From the age of 16 Steylen was active in track and field events, especially the field events belonging to the decathlon. In his junior time, he became Dutch javelin throw champion and won a silver medal in the pole vault event. Afterwards he specialised in the middle distance running events and obtained his first success when becoming Dutch 800 metres champion in 1961.

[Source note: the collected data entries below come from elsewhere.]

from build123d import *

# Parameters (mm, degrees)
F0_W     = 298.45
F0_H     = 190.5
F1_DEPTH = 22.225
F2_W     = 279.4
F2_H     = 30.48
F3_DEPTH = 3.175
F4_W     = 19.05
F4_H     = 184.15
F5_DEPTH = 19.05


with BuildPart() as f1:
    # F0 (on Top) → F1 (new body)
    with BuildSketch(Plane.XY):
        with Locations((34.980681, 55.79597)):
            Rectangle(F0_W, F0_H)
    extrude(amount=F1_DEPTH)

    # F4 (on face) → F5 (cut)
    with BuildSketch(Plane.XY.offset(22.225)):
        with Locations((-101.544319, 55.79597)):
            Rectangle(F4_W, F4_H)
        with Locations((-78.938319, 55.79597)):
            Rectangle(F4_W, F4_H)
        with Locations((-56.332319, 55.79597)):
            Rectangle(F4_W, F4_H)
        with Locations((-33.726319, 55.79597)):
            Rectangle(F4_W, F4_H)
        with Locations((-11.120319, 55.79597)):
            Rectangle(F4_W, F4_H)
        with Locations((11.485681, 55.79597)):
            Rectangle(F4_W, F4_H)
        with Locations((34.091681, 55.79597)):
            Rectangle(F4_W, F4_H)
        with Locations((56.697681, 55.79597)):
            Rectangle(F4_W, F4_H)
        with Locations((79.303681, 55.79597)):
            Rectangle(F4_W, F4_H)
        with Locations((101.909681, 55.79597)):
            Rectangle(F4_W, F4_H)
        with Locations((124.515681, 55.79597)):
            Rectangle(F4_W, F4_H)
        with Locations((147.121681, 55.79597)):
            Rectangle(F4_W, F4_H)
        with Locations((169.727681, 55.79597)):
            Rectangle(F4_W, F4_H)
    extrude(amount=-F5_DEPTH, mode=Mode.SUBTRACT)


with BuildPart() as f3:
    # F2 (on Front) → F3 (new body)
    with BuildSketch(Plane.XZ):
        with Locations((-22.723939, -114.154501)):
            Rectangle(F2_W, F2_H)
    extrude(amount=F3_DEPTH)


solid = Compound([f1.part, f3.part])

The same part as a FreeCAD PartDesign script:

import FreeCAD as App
import Part
import Sketcher
Q = App.Units.Quantity


def add_polygon(sketch, points):
    """Adds a closed chain of lines whose ends are joined by coincident constraints."""
    first, n = sketch.GeometryCount, len(points)
    for a, b in zip(points, points[1:] + points[:1]):
        sketch.addGeometry(Part.LineSegment(App.Vector(*a, 0), App.Vector(*b, 0)), False)
    for i in range(n):
        sketch.addConstraint(Sketcher.Constraint("Coincident", first + i, 2, first + (i + 1) % n, 1))

doc = App.newDocument("Part")
body = doc.addObject("PartDesign::Body", "Body")

# Sketch on XY plane
sketch1 = body.newObject("Sketcher::SketchObject", "Sketch")
sketch1.AttachmentSupport = (doc.getObject("XY_Plane"), [""])
sketch1.MapMode = "FlatFace"
add_polygon(sketch1, [(-114, 151), (-114, -39), (184, -39), (184, 151)])  # lines 0-3
sketch1.addConstraint(Sketcher.Constraint("Vertical", 0))
sketch1.addConstraint(Sketcher.Constraint("Horizontal", 1))
sketch1.addConstraint(Sketcher.Constraint("Vertical", 2))
sketch1.addConstraint(Sketcher.Constraint("Horizontal", 3))
sketch1.addConstraint(Sketcher.Constraint("DistanceY", 0, 2, 0, 1, Q("7.5 in")))
sketch1.addConstraint(Sketcher.Constraint("DistanceX", 1, 1, 1, 2, Q("11.75 in")))
sketch1.addConstraint(Sketcher.Constraint("DistanceX", 0, 2, -1, 1, Q("114.244319 mm")))
sketch1.addConstraint(Sketcher.Constraint("DistanceY", 0, 2, -1, 1, Q("39.45403 mm")))
pad1 = body.newObject("PartDesign::Pad", "Pad")
pad1.Profile = sketch1
pad1.Length = Q("0.875 in")

# Sketch on XY plane
sketch2 = body.newObject("Sketcher::SketchObject", "Sketch001")
sketch2.AttachmentSupport = (doc.getObject("XY_Plane"), [""])
sketch2.MapMode = "FlatFace"
sketch2.AttachmentOffset = App.Placement(App.Vector(0, 0, 0.875 * 25.4), App.Rotation())
add_polygon(sketch2, [(-111, 148), (-111, -36), (-92, -36), (-92, 148)])  # lines 0-3
add_polygon(sketch2, [(-88, 148), (-88, -36), (-69, -36), (-69, 148)])  # lines 4-7
add_polygon(sketch2, [(-66, 148), (-66, -36), (-47, -36), (-47, 148)])  # lines 8-11
add_polygon(sketch2, [(-43, 148), (-43, -36), (-24, -36), (-24, 148)])  # lines 12-15
add_polygon(sketch2, [(-21, 148), (-21, -36), (-2, -36), (-2, 148)])  # lines 16-19
add_polygon(sketch2, [(2, 148), (2, -36), (21, -36), (21, 148)])  # lines 20-23
add_polygon(sketch2, [(25, 148), (25, -36), (44, -36), (44, 148)])  # lines 24-27
add_polygon(sketch2, [(47, 148), (47, -36), (66, -36), (66, 148)])  # lines 28-31
add_polygon(sketch2, [(70, 148), (70, -36), (89, -36), (89, 148)])  # lines 32-35
add_polygon(sketch2, [(92, 148), (92, -36), (111, -36), (111, 148)])  # lines 36-39
add_polygon(sketch2, [(115, 148), (115, -36), (134, -36), (134, 148)])  # lines 40-43
add_polygon(sketch2, [(138, 148), (138, -36), (157, -36), (157, 148)])  # lines 44-47
add_polygon(sketch2, [(160, 148), (160, -36), (179, -36), (179, 148)])  # lines 48-51
sketch2.addConstraint(Sketcher.Constraint("Vertical", 0))
sketch2.addConstraint(Sketcher.Constraint("Horizontal", 1))
sketch2.addConstraint(Sketcher.Constraint("Vertical", 2))
sketch2.addConstraint(Sketcher.Constraint("Horizontal", 3))
sketch2.addConstraint(Sketcher.Constraint("Vertical", 4))
sketch2.addConstraint(Sketcher.Constraint("Horizontal", 5))
sketch2.addConstraint(Sketcher.Constraint("Vertical", 6))
sketch2.addConstraint(Sketcher.Constraint("Horizontal", 7))
sketch2.addConstraint(Sketcher.Constraint("Vertical", 8))
sketch2.addConstraint(Sketcher.Constraint("Horizontal", 9))
sketch2.addConstraint(Sketcher.Constraint("Vertical", 10))
sketch2.addConstraint(Sketcher.Constraint("Horizontal", 11))
sketch2.addConstraint(Sketcher.Constraint("Vertical", 12))
sketch2.addConstraint(Sketcher.Constraint("Horizontal", 13))
sketch2.addConstraint(Sketcher.Constraint("Vertical", 14))
sketch2.addConstraint(Sketcher.Constraint("Horizontal", 15))
sketch2.addConstraint(Sketcher.Constraint("Vertical", 16))
sketch2.addConstraint(Sketcher.Constraint("Horizontal", 17))
sketch2.addConstraint(Sketcher.Constraint("Vertical", 18))
sketch2.addConstraint(Sketcher.Constraint("Horizontal", 19))
sketch2.addConstraint(Sketcher.Constraint("Vertical", 20))
sketch2.addConstraint(Sketcher.Constraint("Horizontal", 21))
sketch2.addConstraint(Sketcher.Constraint("Vertical", 22))
sketch2.addConstraint(Sketcher.Constraint("Horizontal", 23))
sketch2.addConstraint(Sketcher.Constraint("Vertical", 24))
sketch2.addConstraint(Sketcher.Constraint("Horizontal", 25))
sketch2.addConstraint(Sketcher.Constraint("Vertical", 26))
sketch2.addConstraint(Sketcher.Constraint("Horizontal", 27))
sketch2.addConstraint(Sketcher.Constraint("Vertical", 28))
sketch2.addConstraint(Sketcher.Constraint("Horizontal", 29))
sketch2.addConstraint(Sketcher.Constraint("Vertical", 30))
sketch2.addConstraint(Sketcher.Constraint("Horizontal", 31))
sketch2.addConstraint(Sketcher.Constraint("Vertical", 32))
sketch2.addConstraint(Sketcher.Constraint("Horizontal", 33))
sketch2.addConstraint(Sketcher.Constraint("Vertical", 34))
sketch2.addConstraint(Sketcher.Constraint("Horizontal", 35))
sketch2.addConstraint(Sketcher.Constraint("Vertical", 36))
sketch2.addConstraint(Sketcher.Constraint("Horizontal", 37))
sketch2.addConstraint(Sketcher.Constraint("Vertical", 38))
sketch2.addConstraint(Sketcher.Constraint("Horizontal", 39))
sketch2.addConstraint(Sketcher.Constraint("Vertical", 40))
sketch2.addConstraint(Sketcher.Constraint("Horizontal", 41))
sketch2.addConstraint(Sketcher.Constraint("Vertical", 42))
sketch2.addConstraint(Sketcher.Constraint("Horizontal", 43))
sketch2.addConstraint(Sketcher.Constraint("Vertical", 44))
sketch2.addConstraint(Sketcher.Constraint("Horizontal", 45))
sketch2.addConstraint(Sketcher.Constraint("Vertical", 46))
sketch2.addConstraint(Sketcher.Constraint("Horizontal", 47))
sketch2.addConstraint(Sketcher.Constraint("Vertical", 48))
sketch2.addConstraint(Sketcher.Constraint("Horizontal", 49))
sketch2.addConstraint(Sketcher.Constraint("Vertical", 50))
sketch2.addConstraint(Sketcher.Constraint("Horizontal", 51))
sketch2.addConstraint(Sketcher.Constraint("Horizontal", 1, 2, 4, 2))
sketch2.addConstraint(Sketcher.Constraint("Horizontal", 3, 2, 6, 2))
sketch2.addConstraint(Sketcher.Constraint("Horizontal", 5, 2, 8, 2))
sketch2.addConstraint(Sketcher.Constraint("Horizontal", 7, 2, 10, 2))
sketch2.addConstraint(Sketcher.Constraint("Horizontal", 9, 2, 12, 2))
sketch2.addConstraint(Sketcher.Constraint("Horizontal", 11, 2, 14, 2))
sketch2.addConstraint(Sketcher.Constraint("Horizontal", 13, 2, 16, 2))
sketch2.addConstraint(Sketcher.Constraint("Horizontal", 15, 2, 18, 2))
sketch2.addConstraint(Sketcher.Constraint("Horizontal", 17, 2, 20, 2))
sketch2.addConstraint(Sketcher.Constraint("Horizontal", 19, 2, 22, 2))
sketch2.addConstraint(Sketcher.Constraint("Horizontal", 21, 2, 24, 2))
sketch2.addConstraint(Sketcher.Constraint("Horizontal", 23, 2, 26, 2))
sketch2.addConstraint(Sketcher.Constraint("Horizontal", 25, 2, 28, 2))
sketch2.addConstraint(Sketcher.Constraint("Horizontal", 27, 2, 30, 2))
sketch2.addConstraint(Sketcher.Constraint("Horizontal", 29, 2, 32, 2))
sketch2.addConstraint(Sketcher.Constraint("Horizontal", 31, 2, 34, 2))
sketch2.addConstraint(Sketcher.Constraint("Horizontal", 33, 2, 36, 2))
sketch2.addConstraint(Sketcher.Constraint("Horizontal", 35, 2, 38, 2))
sketch2.addConstraint(Sketcher.Constraint("Horizontal", 37, 2, 40, 2))
sketch2.addConstraint(Sketcher.Constraint("Horizontal", 39, 2, 42, 2))
sketch2.addConstraint(Sketcher.Constraint("Horizontal", 41, 2, 44, 2))
sketch2.addConstraint(Sketcher.Constraint("Horizontal", 43, 2, 46, 2))
sketch2.addConstraint(Sketcher.Constraint("Horizontal", 45, 2, 48, 2))
sketch2.addConstraint(Sketcher.Constraint("Horizontal", 47, 2, 50, 2))
sketch2.addConstraint(Sketcher.Constraint("Equal", 3, 5))
sketch2.addConstraint(Sketcher.Constraint("Equal", 7, 9))
sketch2.addConstraint(Sketcher.Constraint("Equal", 11, 13))
sketch2.addConstraint(Sketcher.Constraint("Equal", 15, 17))
sketch2.addConstraint(Sketcher.Constraint("Equal", 19, 21))
sketch2.addConstraint(Sketcher.Constraint("Equal", 23, 25))
sketch2.addConstraint(Sketcher.Constraint("Equal", 27, 29))
sketch2.addConstraint(Sketcher.Constraint("Equal", 31, 33))
sketch2.addConstraint(Sketcher.Constraint("Equal", 35, 37))
sketch2.addConstraint(Sketcher.Constraint("Equal", 39, 41))
sketch2.addConstraint(Sketcher.Constraint("Equal", 43, 45))
sketch2.addConstraint(Sketcher.Constraint("Equal", 47, 49))
sketch2.addConstraint(Sketcher.Constraint("DistanceX", 1, 1, 1, 2, Q("0.75 in")))
sketch2.addConstraint(Sketcher.Constraint("DistanceY", 0, 2, 0, 1, Q("7.25 in")))
sketch2.addConstraint(Sketcher.Constraint("DistanceX", 1, 2, 4, 2, Q("0.14 in")))
sketch2.addConstraint(Sketcher.Constraint("DistanceX", 5, 2, 8, 2, Q("0.14 in")))
sketch2.addConstraint(Sketcher.Constraint("DistanceX", 9, 2, 12, 2, Q("0.14 in")))
sketch2.addConstraint(Sketcher.Constraint("DistanceX", 13, 2, 16, 2, Q("0.14 in")))
sketch2.addConstraint(Sketcher.Constraint("DistanceX", 17, 2, 20, 2, Q("0.14 in")))
sketch2.addConstraint(Sketcher.Constraint("DistanceX", 21, 2, 24, 2, Q("0.14 in")))
sketch2.addConstraint(Sketcher.Constraint("DistanceX", 25, 2, 28, 2, Q("0.14 in")))
sketch2.addConstraint(Sketcher.Constraint("DistanceX", 29, 2, 32, 2, Q("0.14 in")))
sketch2.addConstraint(Sketcher.Constraint("DistanceX", 33, 2, 36, 2, Q("0.14 in")))
sketch2.addConstraint(Sketcher.Constraint("DistanceX", 37, 2, 40, 2, Q("0.14 in")))
sketch2.addConstraint(Sketcher.Constraint("DistanceX", 41, 2, 44, 2, Q("0.14 in")))
sketch2.addConstraint(Sketcher.Constraint("DistanceX", 45, 2, 48, 2, Q("0.14 in")))
sketch2.addConstraint(Sketcher.Constraint("DistanceX", 0, 2, -1, 1, Q("111.069319 mm")))
sketch2.addConstraint(Sketcher.Constraint("DistanceY", 0, 2, -1, 1, Q("36.27903 mm")))
pocket1 = body.newObject("PartDesign::Pocket", "Pocket")
pocket1.Profile = sketch2
pocket1.Length = Q("0.75 in")
body2 = doc.addObject("PartDesign::Body", "Body001")

# Sketch on XZ plane
sketch3 = body2.newObject("Sketcher::SketchObject", "Sketch002")
sketch3.AttachmentSupport = (doc.getObject("XZ_Plane001"), [""])
sketch3.MapMode = "FlatFace"
add_polygon(sketch3, [(-162, -99), (-162, -129), (117, -129), (117, -99)])  # lines 0-3
sketch3.addConstraint(Sketcher.Constraint("Vertical", 0))
sketch3.addConstraint(Sketcher.Constraint("Horizontal", 1))
sketch3.addConstraint(Sketcher.Constraint("Vertical", 2))
sketch3.addConstraint(Sketcher.Constraint("Horizontal", 3))
sketch3.addConstraint(Sketcher.Constraint("DistanceX", 1, 1, 1, 2, Q("11 in")))
sketch3.addConstraint(Sketcher.Constraint("DistanceY", 0, 2, 0, 1, Q("1.2 in")))
sketch3.addConstraint(Sketcher.Constraint("DistanceY", 0, 2, -1, 1, Q("129.394501 mm")))
sketch3.addConstraint(Sketcher.Constraint("DistanceX", 0, 2, -1, 1, Q("162.423939 mm")))
pad2 = body2.newObject("PartDesign::Pad", "Pad001")
pad2.Profile = sketch3
pad2.Length = Q("0.125 in")

doc.recompute()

As a result of his regular endurance training sessions, Steylen started to give preference to long distance running. He decided to try to run the marathon, but his first acquaintance with this event ended up in a disappointment, as he finished the race in 2 hours and 45 minutes. Then he decided to specialise and became a five times Dutch champion. He was also the first Dutchman to break through the 2 hours and 20 minutes barrier: on 12 May 1968 he finished a marathon in Husum in 2:19:07.1, improving on his former national record by more than three minutes. That same year he participated in the olympic marathon in Mexico City, finishing 27th in 2:37:42, being the 11th European.

Steylen participated in the Berlin Marathon of 2003 at age 68, finishing in only three hours and 15 minutes.